Welches Futter ist das richtige?
Auf die Frage nach dem besten Hundefutter gibt es keine pauschale Antwort. Was auf dem Papier hervorragend aussieht, muss der einzelne Hund noch lange nicht gut vertragen oder verwerten können.
Unsere Hunde und – wenn wir einen Wurf haben – auch unsere Welpen werden von uns gebarft. Da jedoch nicht jede Familie barfen möchte, stellen wir die Welpen rechtzeitig vor ihrem Auszug auf das Puppy-/Junior-Futter von Good Stuff um. So kennen und vertragen sie ihr Futter bereits, wenn sie in ihr neues Zuhause ziehen.
Warum habe ich mich für Good Stuff entschieden?
Das Futter wurde in Österreich entwickelt und wird nach Angaben des Herstellers in Deutschland produziert. Die Rezeptur ist getreidefrei und enthält weder Mais noch Reis. Stattdessen wird Amaranth verwendet.
Die Zusammensetzung des Puppy-/Junior-Futters mit Huhn ist übersichtlich:
Frisches Hühnerfleisch (40 %), getrocknetes Hühner- und Putenfleisch (27 %), Amaranth (21 %), Erbsenmehl, Apfel, Chiasamen, Hühner- und Putenfett (2 %), Mineralstoffe, Leinsamen, Hühner- und Putenleber (1 %), Karotten, Zucchini sowie verschiedene Kräuter.
Mir gefällt besonders, dass die tierischen Bestandteile klar benannt werden und weder Zucker noch künstliche Farb-, Aroma- oder Konservierungsstoffe zugesetzt werden.
Der Protein- und Fettgehalt fällt etwas höher aus als bei manchem anderen Trockenfutter. Das ist für einen gesunden, heranwachsenden und bewegungsfreudigen Hund nicht grundsätzlich schlecht. Die Futtermenge sollte trotzdem immer an Alter, Bewegung, Gewicht und Verträglichkeit des einzelnen Hundes angepasst werden. Bei bestehenden Erkrankungen gehört die Fütterung mit dem Tierarzt abgestimmt.

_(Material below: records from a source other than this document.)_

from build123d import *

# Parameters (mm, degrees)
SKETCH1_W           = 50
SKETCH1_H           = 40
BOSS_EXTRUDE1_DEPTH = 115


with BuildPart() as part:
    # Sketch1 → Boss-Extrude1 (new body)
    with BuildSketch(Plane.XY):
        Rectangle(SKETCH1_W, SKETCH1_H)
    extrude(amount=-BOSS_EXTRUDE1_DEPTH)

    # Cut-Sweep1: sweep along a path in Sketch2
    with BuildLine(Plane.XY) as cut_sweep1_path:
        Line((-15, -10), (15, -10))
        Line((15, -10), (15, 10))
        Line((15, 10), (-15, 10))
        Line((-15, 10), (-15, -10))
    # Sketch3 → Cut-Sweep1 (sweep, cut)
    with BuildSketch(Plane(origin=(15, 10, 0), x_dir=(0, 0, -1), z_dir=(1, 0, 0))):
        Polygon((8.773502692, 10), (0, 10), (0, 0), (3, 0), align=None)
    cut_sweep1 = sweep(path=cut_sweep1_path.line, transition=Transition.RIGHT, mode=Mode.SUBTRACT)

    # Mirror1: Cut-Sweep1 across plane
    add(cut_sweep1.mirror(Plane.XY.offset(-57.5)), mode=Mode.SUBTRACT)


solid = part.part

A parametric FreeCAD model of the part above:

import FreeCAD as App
import Part
import Sketcher
Q = App.Units.Quantity


def add_polygon(sketch, points):
    """Adds a closed chain of lines whose ends are joined by coincident constraints."""
    first, n = sketch.GeometryCount, len(points)
    for a, b in zip(points, points[1:] + points[:1]):
        sketch.addGeometry(Part.LineSegment(App.Vector(*a, 0), App.Vector(*b, 0)), False)
    for i in range(n):
        sketch.addConstraint(Sketcher.Constraint("Coincident", first + i, 2, first + (i + 1) % n, 1))

doc = App.newDocument("Part")
params = doc.addObject("Spreadsheet::Sheet", "Params")
for row, (alias, value) in enumerate([
    ("sketch1_width", "50 mm"),
    ("sketch1_height", "40 mm"),
    ("pad1_length", "115 mm"),
    ("sketch2_width", "10 mm"),
    ("sketch2_height", "3 mm"),
    ("sketch3_width", "30 mm"),
    ("sketch3_height", "20 mm"),
], start=1):
    params.set(f"A{row}", alias)
    params.set(f"B{row}", "=" + value)
    params.setAlias(f"B{row}", alias)

body = doc.addObject("PartDesign::Body", "Body")

# Sketch on XY plane
sketch1 = doc.addObject("Sketcher::SketchObject", "Sketch")
body.addObject(sketch1)
sketch1.AttachmentSupport = (doc.XY_Plane, [""])
sketch1.MapMode = "FlatFace"
add_polygon(sketch1, [(-25, 20), (-25, -20), (25, -20), (25, 20)])  # lines 0-3
sketch1.addConstraint(Sketcher.Constraint("Vertical", 0))
sketch1.addConstraint(Sketcher.Constraint("Horizontal", 1))
sketch1.addConstraint(Sketcher.Constraint("Vertical", 2))
sketch1.addConstraint(Sketcher.Constraint("Horizontal", 3))
sketch1.addConstraint(Sketcher.Constraint("Symmetric", 0, 2, 2, 2, -1, 1))
sketch1.addConstraint(Sketcher.Constraint("DistanceX", 1, 1, 1, 2, 50.0))
sketch1.addConstraint(Sketcher.Constraint("DistanceY", 0, 2, 0, 1, 40.0))
sketch1.setExpression("Constraints[9]", "Params.sketch1_width")
sketch1.setExpression("Constraints[10]", "Params.sketch1_height")
pad1 = doc.addObject("PartDesign::Pad", "Pad")
body.addObject(pad1)
pad1.Profile = sketch1
pad1.setExpression("Length", "Params.pad1_length")
pad1.Reversed = True

# Sketch on YZ plane
sketch2 = doc.addObject("Sketcher::SketchObject", "Sketch001")
body.addObject(sketch2)
sketch2.AttachmentSupport = (doc.YZ_Plane, [""])
sketch2.MapMode = "FlatFace"
sketch2.AttachmentOffset = App.Placement(App.Vector(0, 0, 15), App.Rotation())
add_polygon(sketch2, [(20, -8.773503), (20, 0), (10, 0), (10, -3)])  # lines 0-3
sketch2.addConstraint(Sketcher.Constraint("Vertical", 0))
sketch2.addConstraint(Sketcher.Constraint("Horizontal", 1))
sketch2.addConstraint(Sketcher.Constraint("Vertical", 2))
sketch2.addConstraint(Sketcher.Constraint("PointOnObject", 0, 2, -1))
sketch2.addConstraint(Sketcher.Constraint("DistanceX", 1, 2, 1, 1, 10.0))
sketch2.addConstraint(Sketcher.Constraint("DistanceY", 2, 2, 2, 1, 3.0))
sketch2.addConstraint(Sketcher.Constraint("Angle", 3, Q("-30 deg")))
sketch2.addConstraint(Sketcher.Constraint("DistanceX", -1, 1, 0, 2, 20.0))
sketch2.setExpression("Constraints[8]", "Params.sketch2_width")
sketch2.setExpression("Constraints[9]", "Params.sketch2_height")

# Sketch on XY plane
sketch3 = doc.addObject("Sketcher::SketchObject", "Sketch002")
body.addObject(sketch3)
sketch3.AttachmentSupport = (doc.XY_Plane, [""])
sketch3.MapMode = "FlatFace"
add_polygon(sketch3, [(-15, -10), (15, -10), (15, 10), (-15, 10)])  # lines 0-3
sketch3.addConstraint(Sketcher.Constraint("Horizontal", 0))
sketch3.addConstraint(Sketcher.Constraint("Vertical", 1))
sketch3.addConstraint(Sketcher.Constraint("Horizontal", 2))
sketch3.addConstraint(Sketcher.Constraint("Vertical", 3))
sketch3.addConstraint(Sketcher.Constraint("Symmetric", 0, 2, 2, 2, -1, 1))
sketch3.addConstraint(Sketcher.Constraint("DistanceX", 0, 1, 0, 2, 30.0))
sketch3.addConstraint(Sketcher.Constraint("DistanceY", 1, 1, 1, 2, 20.0))
sketch3.setExpression("Constraints[9]", "Params.sketch3_width")
sketch3.setExpression("Constraints[10]", "Params.sketch3_height")
doc.recompute()

subtractivepipe = doc.addObject("PartDesign::SubtractivePipe", "SubtractivePipe")
body.addObject(subtractivepipe)
subtractivepipe.Profile = sketch2
subtractivepipe.Spine = (sketch3, ["Edge1", "Edge2", "Edge3", "Edge4"])
subtractivepipe.Transition = "Right corner"
doc.recompute()

datumplane = doc.addObject("PartDesign::Plane", "DatumPlane")
body.addObject(datumplane)
datumplane.AttachmentSupport = (doc.XY_Plane, [""])
datumplane.MapMode = "FlatFace"
datumplane.AttachmentOffset = App.Placement(App.Vector(0, 0, -57.5), App.Rotation())
mirrored = doc.addObject("PartDesign::Mirrored", "Mirrored")
body.addObject(mirrored)
mirrored.Originals = [subtractivepipe]
mirrored.MirrorPlane = (datumplane, [""])
body.Tip = mirrored

doc.recompute()
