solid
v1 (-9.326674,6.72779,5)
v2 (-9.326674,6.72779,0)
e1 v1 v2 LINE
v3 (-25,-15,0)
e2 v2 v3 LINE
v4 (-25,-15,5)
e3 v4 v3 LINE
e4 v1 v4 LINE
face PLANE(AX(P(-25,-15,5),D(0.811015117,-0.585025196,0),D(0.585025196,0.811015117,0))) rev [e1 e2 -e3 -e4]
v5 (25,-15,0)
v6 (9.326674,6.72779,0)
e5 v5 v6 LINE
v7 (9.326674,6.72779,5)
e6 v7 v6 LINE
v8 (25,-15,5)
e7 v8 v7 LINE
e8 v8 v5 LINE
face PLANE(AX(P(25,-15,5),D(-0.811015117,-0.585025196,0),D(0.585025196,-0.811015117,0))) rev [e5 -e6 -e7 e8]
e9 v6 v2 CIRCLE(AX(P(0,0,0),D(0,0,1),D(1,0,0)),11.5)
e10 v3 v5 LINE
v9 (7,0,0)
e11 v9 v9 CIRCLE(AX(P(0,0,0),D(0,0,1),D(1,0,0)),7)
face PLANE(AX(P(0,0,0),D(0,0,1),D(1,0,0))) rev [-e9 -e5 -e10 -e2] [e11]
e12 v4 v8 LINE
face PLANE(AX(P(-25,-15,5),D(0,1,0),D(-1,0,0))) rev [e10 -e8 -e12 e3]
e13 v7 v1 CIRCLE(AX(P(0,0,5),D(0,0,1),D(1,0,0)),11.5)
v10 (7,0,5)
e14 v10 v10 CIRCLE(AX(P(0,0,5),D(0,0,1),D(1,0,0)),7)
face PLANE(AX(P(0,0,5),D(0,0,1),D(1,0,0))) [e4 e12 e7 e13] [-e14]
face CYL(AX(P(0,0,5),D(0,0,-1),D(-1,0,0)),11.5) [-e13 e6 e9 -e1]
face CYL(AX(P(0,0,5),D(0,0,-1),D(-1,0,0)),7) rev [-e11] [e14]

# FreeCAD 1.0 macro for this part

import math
import FreeCAD as App
import Part
import Sketcher
from FreeCAD import Vector

doc = App.newDocument("Part")
params = doc.addObject("Spreadsheet::Sheet", "Params")
for row, (alias, value) in enumerate([
    ("sketch1_diameter", "14 mm"),
    ("sketch1_radius", "11.5 mm"),
    ("sketch1_width", "50 mm"),
    ("pad1_length", "5 mm"),
], start=1):
    params.set(f"A{row}", alias)
    params.set(f"B{row}", "=" + value)
    params.setAlias(f"B{row}", alias)

body = doc.addObject("PartDesign::Body", "Body")

# Sketch on XY plane
sketch1 = doc.addObject("Sketcher::SketchObject", "Sketch")
body.addObject(sketch1)
sketch1.AttachmentSupport = (doc.XY_Plane, [""])
sketch1.MapMode = "FlatFace"
sketch1.addGeometry([
    Part.LineSegment(Vector(-25, -15, 0), Vector(25, -15, 0)),  # 0
    Part.LineSegment(Vector(25, -15, 0), Vector(9, 7, 0)),  # 1
    Part.ArcOfCircle(Part.Circle(Vector(0, 0, 0), Vector(0, 0, 1), 11), math.radians(36), math.radians(144)),  # 2
    Part.LineSegment(Vector(-9, 7, 0), Vector(-25, -15, 0)),  # 3
    Part.Circle(Vector(0, 0, 0), Vector(0, 0, 1), 7),  # 4
], False)
sketch1.addConstraint([
    Sketcher.Constraint("Coincident", 0, 2, 1, 1),
    Sketcher.Constraint("Tangent", 1, 2, 2, 1),
    Sketcher.Constraint("Tangent", 2, 2, 3, 1),
    Sketcher.Constraint("Coincident", 3, 2, 0, 1),
    Sketcher.Constraint("Horizontal", 0),
    Sketcher.Constraint("Coincident", 2, 3, -1, 1),
    Sketcher.Constraint("Coincident", 4, 3, -1, 1),
    Sketcher.Constraint("Horizontal", 1, 2, 2, 2),
    Sketcher.Constraint("Diameter", 4, 14.0),
    Sketcher.Constraint("Radius", 2, 11.5),
    Sketcher.Constraint("DistanceX", 0, 1, 0, 2, 50.0),
    Sketcher.Constraint("DistanceY", 0, 2, -1, 1, 15.0),
])
sketch1.setExpression("Constraints[8]", "Params.sketch1_diameter")
sketch1.setExpression("Constraints[9]", "Params.sketch1_radius")
sketch1.setExpression("Constraints[10]", "Params.sketch1_width")
pad1 = doc.addObject("PartDesign::Pad", "Pad")
body.addObject(pad1)
pad1.Profile = sketch1
pad1.setExpression("Length", "Params.pad1_length")

doc.recompute()
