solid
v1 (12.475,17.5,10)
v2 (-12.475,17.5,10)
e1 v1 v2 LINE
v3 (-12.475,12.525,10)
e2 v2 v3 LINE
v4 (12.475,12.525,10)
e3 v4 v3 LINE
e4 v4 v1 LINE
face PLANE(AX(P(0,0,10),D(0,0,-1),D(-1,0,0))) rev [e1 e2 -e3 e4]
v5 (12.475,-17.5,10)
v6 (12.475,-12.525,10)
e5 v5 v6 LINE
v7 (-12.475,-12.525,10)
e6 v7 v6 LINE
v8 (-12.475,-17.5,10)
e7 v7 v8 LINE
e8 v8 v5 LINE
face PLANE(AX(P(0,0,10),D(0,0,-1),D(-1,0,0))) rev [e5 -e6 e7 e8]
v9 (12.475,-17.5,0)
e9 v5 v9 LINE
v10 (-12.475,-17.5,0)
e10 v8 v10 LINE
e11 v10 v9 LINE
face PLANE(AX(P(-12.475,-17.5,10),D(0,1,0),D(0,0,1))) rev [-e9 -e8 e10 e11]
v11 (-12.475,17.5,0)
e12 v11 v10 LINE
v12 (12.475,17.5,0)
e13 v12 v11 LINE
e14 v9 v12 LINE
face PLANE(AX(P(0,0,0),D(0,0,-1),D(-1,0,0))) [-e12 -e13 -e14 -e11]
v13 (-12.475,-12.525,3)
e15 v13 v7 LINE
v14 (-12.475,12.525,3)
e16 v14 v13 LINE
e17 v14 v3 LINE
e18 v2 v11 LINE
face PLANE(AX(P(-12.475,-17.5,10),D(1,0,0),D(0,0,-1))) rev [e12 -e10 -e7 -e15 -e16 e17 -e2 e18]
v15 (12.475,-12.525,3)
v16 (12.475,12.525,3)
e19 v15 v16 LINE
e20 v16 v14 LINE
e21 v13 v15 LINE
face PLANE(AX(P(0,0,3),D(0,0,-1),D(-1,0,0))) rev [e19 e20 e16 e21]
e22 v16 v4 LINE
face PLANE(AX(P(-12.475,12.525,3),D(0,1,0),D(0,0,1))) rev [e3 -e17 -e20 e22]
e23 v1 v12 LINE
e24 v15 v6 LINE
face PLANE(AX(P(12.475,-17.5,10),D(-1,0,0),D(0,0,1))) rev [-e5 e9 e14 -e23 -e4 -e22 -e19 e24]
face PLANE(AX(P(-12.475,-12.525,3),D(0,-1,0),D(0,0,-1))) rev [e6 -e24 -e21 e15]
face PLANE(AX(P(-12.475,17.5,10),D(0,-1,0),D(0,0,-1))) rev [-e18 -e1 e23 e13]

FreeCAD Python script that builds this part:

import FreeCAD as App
import Part
import Sketcher

V = App.Vector

doc = App.newDocument("Part")
body = doc.addObject("PartDesign::Body", "Body")

# Sketch on XY plane
sketch1 = body.newObject("Sketcher::SketchObject", "Sketch")
sketch1.AttachmentSupport = (doc.getObject("XY_Plane"), [""])
sketch1.MapMode = "FlatFace"
sketch1.addGeometry([
    Part.LineSegment(V(-12.475, 17.5, 0), V(-12.475, -17.5, 0)),
    Part.LineSegment(V(-12.475, -17.5, 0), V(12.475, -17.5, 0)),
    Part.LineSegment(V(12.475, -17.5, 0), V(12.475, 17.5, 0)),
    Part.LineSegment(V(12.475, 17.5, 0), V(-12.475, 17.5, 0)),
], False)
sketch1.addConstraint([
    Sketcher.Constraint("Coincident", 0, 2, 1, 1),
    Sketcher.Constraint("Coincident", 1, 2, 2, 1),
    Sketcher.Constraint("Coincident", 2, 2, 3, 1),
    Sketcher.Constraint("Coincident", 3, 2, 0, 1),
    Sketcher.Constraint("Vertical", 0),
    Sketcher.Constraint("Horizontal", 1),
    Sketcher.Constraint("Vertical", 2),
    Sketcher.Constraint("Horizontal", 3),
    Sketcher.Constraint("Symmetric", 0, 2, 2, 2, -1, 1),
    Sketcher.Constraint("DistanceY", 0, 2, 0, 1, 35.0),
    Sketcher.Constraint("DistanceX", 1, 1, 1, 2, 24.95),
])
pad1 = body.newObject("PartDesign::Pad", "Pad")
pad1.Profile = sketch1
pad1.Length = 10

# Sketch on XY plane
sketch2 = body.newObject("Sketcher::SketchObject", "Sketch001")
sketch2.AttachmentSupport = (doc.getObject("XY_Plane"), [""])
sketch2.MapMode = "FlatFace"
sketch2.AttachmentOffset = App.Placement(V(0, 0, 10), App.Rotation())
sketch2.addGeometry([
    Part.LineSegment(V(-12.475, 12.525, 0), V(-12.475, -12.525, 0)),
    Part.LineSegment(V(-12.475, -12.525, 0), V(12.475, -12.525, 0)),
    Part.LineSegment(V(12.475, -12.525, 0), V(12.475, 12.525, 0)),
    Part.LineSegment(V(12.475, 12.525, 0), V(-12.475, 12.525, 0)),
], False)
sketch2.addConstraint([
    Sketcher.Constraint("Coincident", 0, 2, 1, 1),
    Sketcher.Constraint("Coincident", 1, 2, 2, 1),
    Sketcher.Constraint("Coincident", 2, 2, 3, 1),
    Sketcher.Constraint("Coincident", 3, 2, 0, 1),
    Sketcher.Constraint("Vertical", 0),
    Sketcher.Constraint("Horizontal", 1),
    Sketcher.Constraint("Vertical", 2),
    Sketcher.Constraint("Horizontal", 3),
    Sketcher.Constraint("Symmetric", 0, 2, 2, 2, -1, 1),
    Sketcher.Constraint("DistanceX", 1, 1, 1, 2, 24.95),
    Sketcher.Constraint("DistanceY", 0, 2, 0, 1, 25.05),
])
pocket1 = body.newObject("PartDesign::Pocket", "Pocket")
pocket1.Profile = sketch2
pocket1.Length = 7

doc.recompute()
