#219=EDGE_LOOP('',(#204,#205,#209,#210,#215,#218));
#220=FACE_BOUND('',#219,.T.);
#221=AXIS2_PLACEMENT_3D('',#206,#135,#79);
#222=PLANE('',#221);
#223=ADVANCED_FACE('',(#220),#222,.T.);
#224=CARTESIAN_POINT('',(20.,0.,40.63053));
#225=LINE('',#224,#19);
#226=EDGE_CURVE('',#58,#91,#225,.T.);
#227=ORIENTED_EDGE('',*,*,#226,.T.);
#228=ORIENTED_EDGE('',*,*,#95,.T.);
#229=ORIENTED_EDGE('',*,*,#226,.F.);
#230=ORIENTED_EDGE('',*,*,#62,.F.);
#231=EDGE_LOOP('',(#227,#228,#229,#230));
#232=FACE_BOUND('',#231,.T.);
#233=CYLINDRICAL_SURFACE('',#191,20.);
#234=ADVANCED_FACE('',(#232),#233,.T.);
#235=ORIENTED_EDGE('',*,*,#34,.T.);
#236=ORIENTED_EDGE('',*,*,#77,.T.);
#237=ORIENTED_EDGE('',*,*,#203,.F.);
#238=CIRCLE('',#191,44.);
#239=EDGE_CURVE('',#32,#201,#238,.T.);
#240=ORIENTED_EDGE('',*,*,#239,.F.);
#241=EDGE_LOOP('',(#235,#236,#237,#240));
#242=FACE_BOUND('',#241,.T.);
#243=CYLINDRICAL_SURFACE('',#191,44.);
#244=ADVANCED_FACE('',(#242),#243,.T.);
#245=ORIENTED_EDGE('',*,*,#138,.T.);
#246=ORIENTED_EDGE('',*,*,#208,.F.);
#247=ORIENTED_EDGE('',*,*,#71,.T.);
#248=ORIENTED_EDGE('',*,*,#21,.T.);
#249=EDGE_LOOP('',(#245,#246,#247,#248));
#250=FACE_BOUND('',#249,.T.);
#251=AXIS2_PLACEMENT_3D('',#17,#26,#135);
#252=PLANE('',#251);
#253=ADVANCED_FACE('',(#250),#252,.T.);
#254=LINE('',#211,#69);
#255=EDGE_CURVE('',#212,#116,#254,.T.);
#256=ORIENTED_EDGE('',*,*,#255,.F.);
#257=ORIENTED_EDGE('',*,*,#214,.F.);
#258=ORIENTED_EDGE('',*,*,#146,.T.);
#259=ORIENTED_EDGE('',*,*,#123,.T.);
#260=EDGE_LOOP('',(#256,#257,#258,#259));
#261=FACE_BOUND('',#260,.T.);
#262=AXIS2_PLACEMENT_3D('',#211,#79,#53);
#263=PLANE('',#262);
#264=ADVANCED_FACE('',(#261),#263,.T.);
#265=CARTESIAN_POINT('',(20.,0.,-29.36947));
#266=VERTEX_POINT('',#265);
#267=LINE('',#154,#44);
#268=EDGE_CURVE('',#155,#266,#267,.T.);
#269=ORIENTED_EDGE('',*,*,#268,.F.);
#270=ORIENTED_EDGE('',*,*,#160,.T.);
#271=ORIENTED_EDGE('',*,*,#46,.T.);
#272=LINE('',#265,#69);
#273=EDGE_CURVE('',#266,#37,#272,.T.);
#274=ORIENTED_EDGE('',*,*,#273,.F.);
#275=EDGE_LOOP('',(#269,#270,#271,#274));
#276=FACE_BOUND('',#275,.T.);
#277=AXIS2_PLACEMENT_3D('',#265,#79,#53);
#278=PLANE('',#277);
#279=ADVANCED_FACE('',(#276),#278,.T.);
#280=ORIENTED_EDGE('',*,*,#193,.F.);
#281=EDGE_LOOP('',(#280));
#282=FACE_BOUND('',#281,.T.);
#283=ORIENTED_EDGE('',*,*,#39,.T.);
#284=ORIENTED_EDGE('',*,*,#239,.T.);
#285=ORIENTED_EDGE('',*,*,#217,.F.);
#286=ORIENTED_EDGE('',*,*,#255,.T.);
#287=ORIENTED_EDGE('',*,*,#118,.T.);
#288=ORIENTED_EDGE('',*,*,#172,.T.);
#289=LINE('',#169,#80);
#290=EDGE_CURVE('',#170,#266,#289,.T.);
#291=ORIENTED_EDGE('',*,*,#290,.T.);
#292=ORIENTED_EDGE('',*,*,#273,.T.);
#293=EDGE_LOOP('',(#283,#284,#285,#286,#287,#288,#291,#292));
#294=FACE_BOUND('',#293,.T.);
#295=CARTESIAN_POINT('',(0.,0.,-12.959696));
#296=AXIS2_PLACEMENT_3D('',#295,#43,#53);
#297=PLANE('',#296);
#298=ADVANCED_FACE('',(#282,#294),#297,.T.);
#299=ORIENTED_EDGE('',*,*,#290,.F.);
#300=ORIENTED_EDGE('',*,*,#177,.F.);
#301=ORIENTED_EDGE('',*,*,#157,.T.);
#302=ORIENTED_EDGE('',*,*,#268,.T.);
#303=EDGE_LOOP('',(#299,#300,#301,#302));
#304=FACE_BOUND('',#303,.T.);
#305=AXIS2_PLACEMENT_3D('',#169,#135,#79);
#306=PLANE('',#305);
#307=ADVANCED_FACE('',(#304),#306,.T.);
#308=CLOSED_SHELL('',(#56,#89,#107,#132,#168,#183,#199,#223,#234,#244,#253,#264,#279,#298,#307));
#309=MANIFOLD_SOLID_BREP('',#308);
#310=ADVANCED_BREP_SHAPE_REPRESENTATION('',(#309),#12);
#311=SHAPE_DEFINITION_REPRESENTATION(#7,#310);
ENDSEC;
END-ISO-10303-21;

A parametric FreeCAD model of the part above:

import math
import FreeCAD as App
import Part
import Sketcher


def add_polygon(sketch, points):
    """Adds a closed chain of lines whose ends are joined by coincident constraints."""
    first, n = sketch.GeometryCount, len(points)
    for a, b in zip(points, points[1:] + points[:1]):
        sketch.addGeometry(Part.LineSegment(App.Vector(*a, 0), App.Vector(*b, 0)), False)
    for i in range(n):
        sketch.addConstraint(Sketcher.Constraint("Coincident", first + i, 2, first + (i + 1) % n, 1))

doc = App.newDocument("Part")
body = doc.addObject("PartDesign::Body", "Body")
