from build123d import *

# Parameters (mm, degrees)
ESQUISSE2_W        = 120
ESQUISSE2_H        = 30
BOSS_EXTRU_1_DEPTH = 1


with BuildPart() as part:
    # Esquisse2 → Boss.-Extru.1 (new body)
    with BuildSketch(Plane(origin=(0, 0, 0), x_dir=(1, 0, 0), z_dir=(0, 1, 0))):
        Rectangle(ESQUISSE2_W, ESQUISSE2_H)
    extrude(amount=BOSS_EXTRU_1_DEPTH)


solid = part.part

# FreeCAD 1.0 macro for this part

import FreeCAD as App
import Part
import Sketcher


def add_polygon(sketch, points):
    """Adds a closed chain of lines whose ends are joined by coincident constraints."""
    first, n = sketch.GeometryCount, len(points)
    for a, b in zip(points, points[1:] + points[:1]):
        sketch.addGeometry(Part.LineSegment(App.Vector(*a, 0), App.Vector(*b, 0)), False)
    for i in range(n):
        sketch.addConstraint(Sketcher.Constraint("Coincident", first + i, 2, first + (i + 1) % n, 1))

doc = App.newDocument("Part")
body = doc.addObject("PartDesign::Body", "Body")

# Sketch on XZ plane
sketch1 = body.newObject("Sketcher::SketchObject", "Sketch")
sketch1.AttachmentSupport = (doc.getObject("XZ_Plane"), [""])
sketch1.MapMode = "FlatFace"
add_polygon(sketch1, [(-60, -15), (-60, 15), (60, 15), (60, -15)])  # lines 0-3
sketch1.addConstraint(Sketcher.Constraint("Vertical", 0))
sketch1.addConstraint(Sketcher.Constraint("Horizontal", 1))
sketch1.addConstraint(Sketcher.Constraint("Vertical", 2))
sketch1.addConstraint(Sketcher.Constraint("Horizontal", 3))
sketch1.addConstraint(Sketcher.Constraint("Symmetric", 0, 2, 2, 2, -1, 1))
sketch1.addConstraint(Sketcher.Constraint("DistanceX", 1, 1, 1, 2, 120.0))
sketch1.addConstraint(Sketcher.Constraint("DistanceY", 0, 1, 0, 2, 30.0))
pad1 = body.newObject("PartDesign::Pad", "Pad")
pad1.Profile = sketch1
pad1.Length = 1
pad1.Reversed = True

doc.recompute()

Good Stuff ist nicht automatisch für jeden Hund das richtige Futter. Für unsere Welpen hat es sich jedoch als gut verträgliche und praktikable Grundlage für den Übergang in ihre neuen Familien bewährt.
Unbezahlte Empfehlung aus eigener Erfahrung. Ich erhalte weder Geld noch einen anderen Vorteil für die Nennung dieses Futters.